Possibly more free cholesterol can reverse the problem.

The characteristic opacity of aged skin is the result of an accumulation of layers of dead cells on the surface. While the vital underlying skin cells contain much less cholesterol than normal, the inert cells contain an increased amount of choles- terol sulfate. When the skin’s free cholesterol content is increased experimentally, the skin regains its ability to shed the dead superficial cells. When it’s lowered experimentally, as with a statin, the skin takes on the structure and appearance of old skin. Aging seems to be a state of cholesterol starvation.​

and

In the brain, the accumulation of cholesterol esters (at the expense of free cholesterol) increases with age and contributes to neurodegeneration. Intervention to liberate cholesterol from the fatty acids has a nerve-protecting effect in a worm model of Parkinson’s disease (Zhang, et al., 2017).


Here is Zhang 2017:
NCEH-1 modulates cholesterol metabolism and protects against α-synuclein toxicity in a C. elegans model of Parkinson’s disease

Parkinson’s disease (PD) is an aging-associated neurodegenerative disease affecting millions worldwide. Misfolding, oligomerization and accumulation of the human α-synuclein protein is a key pathological hallmark of PD and is associated with the progressive loss of dopaminergic neurons over the course of aging.

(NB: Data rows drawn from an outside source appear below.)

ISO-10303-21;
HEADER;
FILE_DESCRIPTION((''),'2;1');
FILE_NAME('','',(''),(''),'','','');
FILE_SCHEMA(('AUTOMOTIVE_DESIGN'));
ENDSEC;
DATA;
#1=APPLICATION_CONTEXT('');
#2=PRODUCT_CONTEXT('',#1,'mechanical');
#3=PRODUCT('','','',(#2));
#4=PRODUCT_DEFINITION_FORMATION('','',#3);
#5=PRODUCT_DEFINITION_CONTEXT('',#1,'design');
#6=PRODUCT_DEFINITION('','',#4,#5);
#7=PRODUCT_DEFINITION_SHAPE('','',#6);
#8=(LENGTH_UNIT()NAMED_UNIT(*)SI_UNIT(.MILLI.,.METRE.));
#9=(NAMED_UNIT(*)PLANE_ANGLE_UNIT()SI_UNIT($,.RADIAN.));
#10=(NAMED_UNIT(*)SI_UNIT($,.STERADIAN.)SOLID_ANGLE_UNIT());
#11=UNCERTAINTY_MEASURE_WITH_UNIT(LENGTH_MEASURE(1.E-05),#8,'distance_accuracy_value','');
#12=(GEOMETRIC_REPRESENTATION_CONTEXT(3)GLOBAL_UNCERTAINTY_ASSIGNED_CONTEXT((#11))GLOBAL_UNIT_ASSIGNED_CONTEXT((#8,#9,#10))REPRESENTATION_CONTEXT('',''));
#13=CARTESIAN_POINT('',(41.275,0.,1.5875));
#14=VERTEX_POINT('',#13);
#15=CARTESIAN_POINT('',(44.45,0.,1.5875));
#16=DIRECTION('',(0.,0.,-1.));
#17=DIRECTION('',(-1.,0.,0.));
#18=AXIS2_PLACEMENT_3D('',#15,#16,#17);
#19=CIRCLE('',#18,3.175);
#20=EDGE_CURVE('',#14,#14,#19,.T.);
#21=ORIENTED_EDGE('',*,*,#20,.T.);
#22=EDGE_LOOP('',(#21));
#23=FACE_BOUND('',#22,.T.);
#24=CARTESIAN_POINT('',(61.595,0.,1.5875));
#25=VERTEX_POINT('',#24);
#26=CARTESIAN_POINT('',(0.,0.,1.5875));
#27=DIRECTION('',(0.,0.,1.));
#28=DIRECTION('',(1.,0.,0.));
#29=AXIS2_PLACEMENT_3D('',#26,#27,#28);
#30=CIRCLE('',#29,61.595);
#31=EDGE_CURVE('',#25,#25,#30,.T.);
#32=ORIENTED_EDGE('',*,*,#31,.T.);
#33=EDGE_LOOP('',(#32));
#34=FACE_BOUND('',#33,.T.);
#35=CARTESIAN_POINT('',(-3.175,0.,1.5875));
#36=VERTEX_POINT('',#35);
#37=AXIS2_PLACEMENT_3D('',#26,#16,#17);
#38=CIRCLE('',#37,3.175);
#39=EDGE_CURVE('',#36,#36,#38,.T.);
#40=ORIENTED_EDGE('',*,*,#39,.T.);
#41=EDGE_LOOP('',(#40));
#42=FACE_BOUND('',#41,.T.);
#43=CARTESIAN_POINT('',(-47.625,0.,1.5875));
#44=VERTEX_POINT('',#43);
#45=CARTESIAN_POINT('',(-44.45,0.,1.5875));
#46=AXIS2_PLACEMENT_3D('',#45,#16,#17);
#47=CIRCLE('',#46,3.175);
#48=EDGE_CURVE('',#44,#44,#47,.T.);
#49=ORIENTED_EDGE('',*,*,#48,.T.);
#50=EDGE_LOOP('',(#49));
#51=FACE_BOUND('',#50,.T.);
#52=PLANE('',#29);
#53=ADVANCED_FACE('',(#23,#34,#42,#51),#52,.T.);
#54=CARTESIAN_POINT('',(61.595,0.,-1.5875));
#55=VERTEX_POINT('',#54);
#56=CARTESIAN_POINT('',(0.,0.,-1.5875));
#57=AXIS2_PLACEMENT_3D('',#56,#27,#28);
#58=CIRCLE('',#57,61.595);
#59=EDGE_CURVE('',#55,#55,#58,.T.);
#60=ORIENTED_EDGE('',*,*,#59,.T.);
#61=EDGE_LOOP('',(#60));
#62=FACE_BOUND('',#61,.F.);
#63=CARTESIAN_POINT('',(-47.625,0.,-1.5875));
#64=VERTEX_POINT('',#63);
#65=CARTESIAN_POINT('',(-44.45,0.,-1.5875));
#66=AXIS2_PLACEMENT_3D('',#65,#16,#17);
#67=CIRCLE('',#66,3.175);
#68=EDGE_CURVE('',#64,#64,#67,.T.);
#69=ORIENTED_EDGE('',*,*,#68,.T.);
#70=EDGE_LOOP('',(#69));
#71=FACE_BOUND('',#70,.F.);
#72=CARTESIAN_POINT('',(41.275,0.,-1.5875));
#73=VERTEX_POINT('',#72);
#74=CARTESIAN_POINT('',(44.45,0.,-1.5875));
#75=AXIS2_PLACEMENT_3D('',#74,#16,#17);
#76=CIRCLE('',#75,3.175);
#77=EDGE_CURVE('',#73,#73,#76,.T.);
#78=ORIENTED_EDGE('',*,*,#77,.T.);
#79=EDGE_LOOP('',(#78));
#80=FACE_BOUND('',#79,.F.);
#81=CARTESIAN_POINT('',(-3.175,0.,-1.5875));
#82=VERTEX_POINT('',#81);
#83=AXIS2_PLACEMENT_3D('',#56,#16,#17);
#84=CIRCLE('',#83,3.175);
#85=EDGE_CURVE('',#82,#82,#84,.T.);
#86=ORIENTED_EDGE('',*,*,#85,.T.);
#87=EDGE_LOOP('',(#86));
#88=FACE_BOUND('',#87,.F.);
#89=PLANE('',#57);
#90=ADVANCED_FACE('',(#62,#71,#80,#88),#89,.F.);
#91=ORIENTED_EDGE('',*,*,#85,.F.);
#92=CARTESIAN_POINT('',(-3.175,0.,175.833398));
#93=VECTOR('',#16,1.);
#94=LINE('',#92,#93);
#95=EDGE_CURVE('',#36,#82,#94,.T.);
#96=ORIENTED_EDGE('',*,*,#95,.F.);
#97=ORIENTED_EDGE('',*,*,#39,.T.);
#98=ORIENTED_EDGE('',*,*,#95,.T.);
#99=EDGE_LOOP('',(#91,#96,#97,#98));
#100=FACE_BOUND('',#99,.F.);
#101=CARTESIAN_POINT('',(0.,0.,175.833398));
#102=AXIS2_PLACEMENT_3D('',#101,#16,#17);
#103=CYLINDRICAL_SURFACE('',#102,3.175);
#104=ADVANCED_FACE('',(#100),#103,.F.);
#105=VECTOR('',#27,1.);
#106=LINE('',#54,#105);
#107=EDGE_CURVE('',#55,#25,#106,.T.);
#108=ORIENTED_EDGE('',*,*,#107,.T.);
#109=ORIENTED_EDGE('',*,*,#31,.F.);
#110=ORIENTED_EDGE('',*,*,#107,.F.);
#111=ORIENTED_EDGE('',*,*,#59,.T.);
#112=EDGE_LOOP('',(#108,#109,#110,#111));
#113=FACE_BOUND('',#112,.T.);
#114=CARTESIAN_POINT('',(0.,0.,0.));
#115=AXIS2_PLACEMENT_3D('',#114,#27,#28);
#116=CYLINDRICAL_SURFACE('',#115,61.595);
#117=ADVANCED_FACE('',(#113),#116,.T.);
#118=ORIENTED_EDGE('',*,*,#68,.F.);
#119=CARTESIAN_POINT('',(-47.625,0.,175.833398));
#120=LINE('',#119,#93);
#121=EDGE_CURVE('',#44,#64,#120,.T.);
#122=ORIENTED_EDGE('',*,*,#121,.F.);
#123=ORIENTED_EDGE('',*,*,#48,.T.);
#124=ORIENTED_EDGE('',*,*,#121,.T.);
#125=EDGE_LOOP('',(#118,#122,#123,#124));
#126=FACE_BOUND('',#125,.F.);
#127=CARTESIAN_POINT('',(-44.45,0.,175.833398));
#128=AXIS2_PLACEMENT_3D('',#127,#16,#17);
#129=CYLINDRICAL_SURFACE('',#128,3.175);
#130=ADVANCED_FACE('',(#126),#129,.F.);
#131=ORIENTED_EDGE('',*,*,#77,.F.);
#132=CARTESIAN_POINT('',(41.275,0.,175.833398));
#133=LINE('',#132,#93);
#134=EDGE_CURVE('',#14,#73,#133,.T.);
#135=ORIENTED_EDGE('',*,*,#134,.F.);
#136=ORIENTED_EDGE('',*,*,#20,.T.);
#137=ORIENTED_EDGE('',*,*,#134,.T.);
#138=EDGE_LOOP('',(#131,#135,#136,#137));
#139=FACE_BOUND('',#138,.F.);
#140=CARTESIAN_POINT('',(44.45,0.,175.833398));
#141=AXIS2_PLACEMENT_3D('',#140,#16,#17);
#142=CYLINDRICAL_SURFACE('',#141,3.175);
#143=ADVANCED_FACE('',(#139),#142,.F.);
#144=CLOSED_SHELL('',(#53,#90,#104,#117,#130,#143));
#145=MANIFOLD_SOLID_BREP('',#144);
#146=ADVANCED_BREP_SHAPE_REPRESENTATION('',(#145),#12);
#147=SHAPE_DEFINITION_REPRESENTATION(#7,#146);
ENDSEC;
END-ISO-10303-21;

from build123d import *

# Parameters (mm, degrees)
SKETCH1_R                   = 61.595
BOSS_EXTRUDE1_DEPTH         = 1.5875
F_1_4_0_25_DIAMETER_HOLE1_D = 6.35


with BuildPart() as part:
    # Sketch1 → Boss-Extrude1 (new body, symmetric)
    with BuildSketch(Plane.XY):
        Circle(SKETCH1_R)
    extrude(amount=BOSS_EXTRUDE1_DEPTH, both=True)

    # 1/4 (0.25) Diameter Hole1 (through all)
    with Locations(Plane.XY.offset(1.5875)):
        with Locations((-44.45, 0), (0, 0), (44.45, 0)):
            Hole(F_1_4_0_25_DIAMETER_HOLE1_D / 2)


solid = part.part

Lifespan extension via the suppression of IGF-1/insulin-like signaling (IIS) offers a possibility to retard disease onset through induction of metabolic changes that provide neuroprotection.

The nceh-1 gene of Caenorhabditis elegans encodes an ortholog of neutral cholesterol ester hydrolase 1 (NCEH-1), an IIS downstream protein that was identified in a screen as a modulator of α-synuclein accumulation in vivo. The mechanism whereby cholesterol metabolism functionally impacts neurodegeneration induced by α-synuclein is undefined.

Here we report that NCEH-1 protects dopaminergic neurons from α-synuclein-dependent neurotoxicity in C. elegans via a mechanism that is independent of lifespan extension.

We discovered that the presence of cholesterol, LDLR-mediated cholesterol endocytosis, and cholesterol efflux are all essential to NCEH-1-mediated neuroprotection.

In protecting from α-synuclein neurotoxicity, NCEH-1 also stimulates cholesterol-derived neurosteroid formation and lowers cellular reactive oxygen species in mitochondria. Collectively, this study augments our understanding of how cholesterol metabolism can modulate a neuroprotective mechanism that attenuates α-synuclein neurotoxicity, thereby pointing toward regulation of neuronal cholesterol turnover as a potential therapeutic avenue for PD.​

It would seem that pregnenolone and progesterone would be very protective, yes?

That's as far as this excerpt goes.